Sergei, hello.
Hi, andrei.elkin!
On May 30, andrei.elkin@pp.inet.fi wrote:
revision-id: d9913834cebe4ed8494b3d76762cd882788a8fd5 (mariadb-10.1.33-28-gd9913834ceb) parent(s): c1698e8dc50f0c342c1a6886426ba1d43396cd1e author: Andrei Elkin committer: Andrei Elkin timestamp: 2018-05-30 20:06:44 +0300 message:
MDEV-14014 Multi-Slave Replication Fail: bogus data in log event
MDEV-7257 made a dump thread to read from binlog concurrently with writers as long as the read bytes are below a water-mark (MYSQL_BIN_LOG::binlog_end_pos). However it appeared to be possible a dump thread reader reach out for bytes past the water mark through a feature of IO_CACHE that fills in the internal buffer and while doing so it could read what the reader is not supposed to see (the bytes above MYSQL_BIN_LOG::binlog_end_pos).

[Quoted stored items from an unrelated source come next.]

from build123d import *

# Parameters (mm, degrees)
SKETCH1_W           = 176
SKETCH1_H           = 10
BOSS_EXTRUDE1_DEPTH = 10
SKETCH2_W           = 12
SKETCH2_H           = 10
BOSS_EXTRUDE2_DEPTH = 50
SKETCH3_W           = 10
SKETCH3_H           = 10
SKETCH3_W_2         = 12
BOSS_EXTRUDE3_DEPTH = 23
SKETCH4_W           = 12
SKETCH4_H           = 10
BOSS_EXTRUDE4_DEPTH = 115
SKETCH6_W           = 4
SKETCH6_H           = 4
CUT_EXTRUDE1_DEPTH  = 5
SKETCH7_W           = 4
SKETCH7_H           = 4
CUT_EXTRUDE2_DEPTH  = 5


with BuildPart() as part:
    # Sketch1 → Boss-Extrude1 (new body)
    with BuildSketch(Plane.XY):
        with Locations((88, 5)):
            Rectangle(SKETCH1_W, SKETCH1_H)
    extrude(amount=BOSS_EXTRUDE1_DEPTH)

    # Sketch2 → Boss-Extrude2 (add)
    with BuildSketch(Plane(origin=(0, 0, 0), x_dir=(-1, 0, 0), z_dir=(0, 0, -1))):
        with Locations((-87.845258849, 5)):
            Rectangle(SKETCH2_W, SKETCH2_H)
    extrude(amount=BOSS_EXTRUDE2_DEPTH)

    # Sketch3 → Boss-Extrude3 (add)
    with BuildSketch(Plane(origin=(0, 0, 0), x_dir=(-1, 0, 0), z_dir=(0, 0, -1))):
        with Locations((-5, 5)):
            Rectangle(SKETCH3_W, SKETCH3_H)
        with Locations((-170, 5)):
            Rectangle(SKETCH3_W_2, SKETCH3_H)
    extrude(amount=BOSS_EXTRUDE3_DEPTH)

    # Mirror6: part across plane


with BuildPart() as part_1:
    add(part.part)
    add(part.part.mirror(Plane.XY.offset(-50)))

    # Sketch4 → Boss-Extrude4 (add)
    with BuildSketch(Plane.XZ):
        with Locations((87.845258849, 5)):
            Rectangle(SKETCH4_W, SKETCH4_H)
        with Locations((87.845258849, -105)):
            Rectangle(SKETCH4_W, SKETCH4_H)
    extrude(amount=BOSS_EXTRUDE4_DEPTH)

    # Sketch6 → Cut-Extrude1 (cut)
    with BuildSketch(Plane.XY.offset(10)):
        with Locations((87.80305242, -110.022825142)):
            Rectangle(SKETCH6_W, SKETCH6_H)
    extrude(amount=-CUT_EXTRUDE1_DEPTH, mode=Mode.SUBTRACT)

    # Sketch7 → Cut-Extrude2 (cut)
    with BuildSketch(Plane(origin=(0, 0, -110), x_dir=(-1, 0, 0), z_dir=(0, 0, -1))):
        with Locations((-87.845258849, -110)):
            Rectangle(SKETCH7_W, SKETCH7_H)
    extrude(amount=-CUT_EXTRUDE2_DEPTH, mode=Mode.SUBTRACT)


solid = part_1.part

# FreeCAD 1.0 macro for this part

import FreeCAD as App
import Part
import Sketcher
from FreeCAD import Vector
Q = App.Units.Quantity


def add_polygon(sketch, points):
    """Adds a closed chain of lines whose ends are joined by coincident constraints."""
    first, n = sketch.GeometryCount, len(points)
    for a, b in zip(points, points[1:] + points[:1]):
        sketch.addGeometry(Part.LineSegment(App.Vector(*a, 0), App.Vector(*b, 0)), False)
    for i in range(n):
        sketch.addConstraint(Sketcher.Constraint("Coincident", first + i, 2, first + (i + 1) % n, 1))

doc = App.newDocument("Part")
body = doc.addObject("PartDesign::Body", "Body")

# Sketch on XY plane
sketch1 = body.newObject("Sketcher::SketchObject", "Sketch")
sketch1.AttachmentSupport = (doc.getObject("XY_Plane"), [""])
sketch1.MapMode = "FlatFace"
add_polygon(sketch1, [(0, 10), (0, 0), (176, 0), (176, 10)])  # lines 0-3
sketch1.addConstraint([
    Sketcher.Constraint("Vertical", 0),
    Sketcher.Constraint("Horizontal", 1),
    Sketcher.Constraint("Vertical", 2),
    Sketcher.Constraint("Horizontal", 3),
    Sketcher.Constraint("Coincident", 0, 2, -1, 1),
    Sketcher.Constraint("DistanceX", 1, 1, 1, 2, Q("176 mm")),
    Sketcher.Constraint("DistanceY", 0, 2, 0, 1, Q("10 mm")),
])
pad1 = body.newObject("PartDesign::Pad", "Pad")
pad1.Profile = sketch1
pad1.Length = 10

# Sketch on XY plane
sketch2 = body.newObject("Sketcher::SketchObject", "Sketch001")
sketch2.AttachmentSupport = (doc.getObject("XY_Plane"), [""])
sketch2.MapMode = "FlatFace"
add_polygon(sketch2, [(94, 10), (94, 0), (82, 0), (82, 10)])  # lines 0-3
sketch2.addConstraint([
    Sketcher.Constraint("Vertical", 0),
    Sketcher.Constraint("Horizontal", 1),
    Sketcher.Constraint("Vertical", 2),
    Sketcher.Constraint("Horizontal", 3),
    Sketcher.Constraint("PointOnObject", 0, 2, -1),
    Sketcher.Constraint("DistanceX", 1, 2, 1, 1, Q("12 mm")),
    Sketcher.Constraint("DistanceY", 0, 2, 0, 1, Q("10 mm")),
    Sketcher.Constraint("DistanceX", -1, 1, 0, 2, Q("93.845259 mm")),
])
pad2 = body.newObject("PartDesign::Pad", "Pad001")
pad2.Profile = sketch2
pad2.Length = 50
pad2.Reversed = True

# Sketch on XY plane
sketch3 = body.newObject("Sketcher::SketchObject", "Sketch002")
sketch3.AttachmentSupport = (doc.getObject("XY_Plane"), [""])
sketch3.MapMode = "FlatFace"
add_polygon(sketch3, [(10, 10), (10, 0), (0, 0), (0, 10)])  # lines 0-3
add_polygon(sketch3, [(176, 10), (176, 0), (164, 0), (164, 10)])  # lines 4-7
sketch3.addConstraint([
    Sketcher.Constraint("Vertical", 0),
    Sketcher.Constraint("Horizontal", 1),
    Sketcher.Constraint("Vertical", 2),
    Sketcher.Constraint("Horizontal", 3),
    Sketcher.Constraint("Vertical", 4),
    Sketcher.Constraint("Horizontal", 5),
    Sketcher.Constraint("Vertical", 6),
    Sketcher.Constraint("Horizontal", 7),
    Sketcher.Constraint("Coincident", 1, 2, -1, 1),
    Sketcher.Constraint("PointOnObject", 4, 2, -1),
    Sketcher.Constraint("Horizontal", 3, 2, 6, 2),
    Sketcher.Constraint("Equal", 3, 0),
    Sketcher.Constraint("DistanceX", 1, 2, 1, 1, Q("10 mm")),
    Sketcher.Constraint("DistanceX", 5, 2, 5, 1, Q("12 mm")),
    Sketcher.Constraint("DistanceX", -1, 1, 4, 2, Q("176 mm")),
])
pad3 = body.newObject("PartDesign::Pad", "Pad002")
pad3.Profile = sketch3
pad3.Length = 23
pad3.Reversed = True
body2 = doc.addObject("PartDesign::Body", "Body001")
doc.recompute()

body2.BaseFeature = body
doc.recompute()

mirroring = doc.addObject("Part::Mirroring", "Mirroring")
mirroring.Source = body
mirroring.Base = Vector(0, 0, -50)
mirroring.Normal = Vector(0, 0, 1)
body3 = doc.addObject("PartDesign::Body", "Body002")
body3.BaseFeature = mirroring
boolean = body2.newObject("PartDesign::Boolean", "Boolean")
boolean.Type = "Fuse"
boolean.addObjects([body3])
doc.recompute()

# Sketch on XZ plane
sketch4 = body2.newObject("Sketcher::SketchObject", "Sketch003")
sketch4.AttachmentSupport = (doc.getObject("XZ_Plane001"), [""])
sketch4.MapMode = "FlatFace"
add_polygon(sketch4, [(82, 10), (82, 0), (94, 0), (94, 10)])  # lines 0-3
add_polygon(sketch4, [(82, -100), (82, -110), (94, -110), (94, -100)])  # lines 4-7
sketch4.addConstraint([
    Sketcher.Constraint("Vertical", 0),
    Sketcher.Constraint("Horizontal", 1),
    Sketcher.Constraint("Vertical", 2),
    Sketcher.Constraint("Horizontal", 3),
    Sketcher.Constraint("Vertical", 4),
    Sketcher.Constraint("Horizontal", 5),
    Sketcher.Constraint("Vertical", 6),
    Sketcher.Constraint("Horizontal", 7),
    Sketcher.Constraint("PointOnObject", 0, 2, -1),
    Sketcher.Constraint("Vertical", 3, 2, 4, 2),
    Sketcher.Constraint("Vertical", 2, 2, 5, 2),
    Sketcher.Constraint("Equal", 2, 4),
    Sketcher.Constraint("DistanceX", 1, 1, 1, 2, Q("12 mm")),
    Sketcher.Constraint("DistanceY", 0, 2, 0, 1, Q("10 mm")),
    Sketcher.Constraint("DistanceY", 4, 2, -1, 1, Q("110 mm")),
    Sketcher.Constraint("DistanceX", -1, 1, 0, 2, Q("81.845259 mm")),
])
pad4 = body2.newObject("PartDesign::Pad", "Pad003")
pad4.Profile = sketch4
pad4.Length = 115

# Sketch on XY plane
sketch5 = body2.newObject("Sketcher::SketchObject", "Sketch004")
sketch5.AttachmentSupport = (doc.getObject("XY_Plane001"), [""])
sketch5.MapMode = "FlatFace"
sketch5.AttachmentOffset = App.Placement(Vector(0, 0, 10), App.Rotation())
add_polygon(sketch5, [(85.8, -108), (85.8, -112), (89.8, -112), (89.8, -108)])  # lines 0-3
sketch5.addConstraint([
    Sketcher.Constraint("Vertical", 0),
    Sketcher.Constraint("Horizontal", 1),
    Sketcher.Constraint("Vertical", 2),
    Sketcher.Constraint("Horizontal", 3),
    Sketcher.Constraint("Equal", 3, 0),
    Sketcher.Constraint("DistanceX", 1, 1, 1, 2, Q("4 mm")),
    Sketcher.Constraint("DistanceX", -1, 1, 0, 2, Q("85.803052 mm")),
    Sketcher.Constraint("DistanceY", 0, 2, -1, 1, Q("112.022825 mm")),
])
pocket1 = body2.newObject("PartDesign::Pocket", "Pocket")
pocket1.Profile = sketch5
pocket1.Length = 5

# Sketch on XY plane
sketch6 = body2.newObject("Sketcher::SketchObject", "Sketch005")
sketch6.AttachmentSupport = (doc.getObject("XY_Plane001"), [""])
sketch6.MapMode = "FlatFace"
sketch6.AttachmentOffset = App.Placement(Vector(0, 0, -110), App.Rotation())
add_polygon(sketch6, [(89.8, -108), (89.8, -112), (85.8, -112), (85.8, -108)])  # lines 0-3
sketch6.addConstraint([
    Sketcher.Constraint("Vertical", 0),
    Sketcher.Constraint("Horizontal", 1),
    Sketcher.Constraint("Vertical", 2),
    Sketcher.Constraint("Horizontal", 3),
    Sketcher.Constraint("Equal", 3, 0),
    Sketcher.Constraint("DistanceX", 1, 2, 1, 1, Q("4 mm")),
    Sketcher.Constraint("DistanceY", 0, 2, -1, 1, Q("112 mm")),
    Sketcher.Constraint("DistanceX", -1, 1, 0, 2, Q("89.845259 mm")),
])
pocket2 = body2.newObject("PartDesign::Pocket", "Pocket001")
pocket2.Profile = sketch6
pocket2.Length = 5
pocket2.Reversed = True
mirroring.Visibility = False

doc.recompute()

The issue is fixed with constraining the IO_CACHE buffer fill to respect the watermark. An added test simulates potentially unconstrained buffer fill and an assert guards this is not the case anymore.
What about a much simpler one-liner fix:
--- a/sql/sql_repl.cc +++ b/sql/sql_repl.cc @@ -2549,6 +2549,7 @@ static int send_events(binlog_send_info *info, IO_CACHE* return 1;
info->last_pos= linfo->pos; + log->end_of_file= end_pos;
That's nice! I could not guess out that so need parameter was always at my disposal.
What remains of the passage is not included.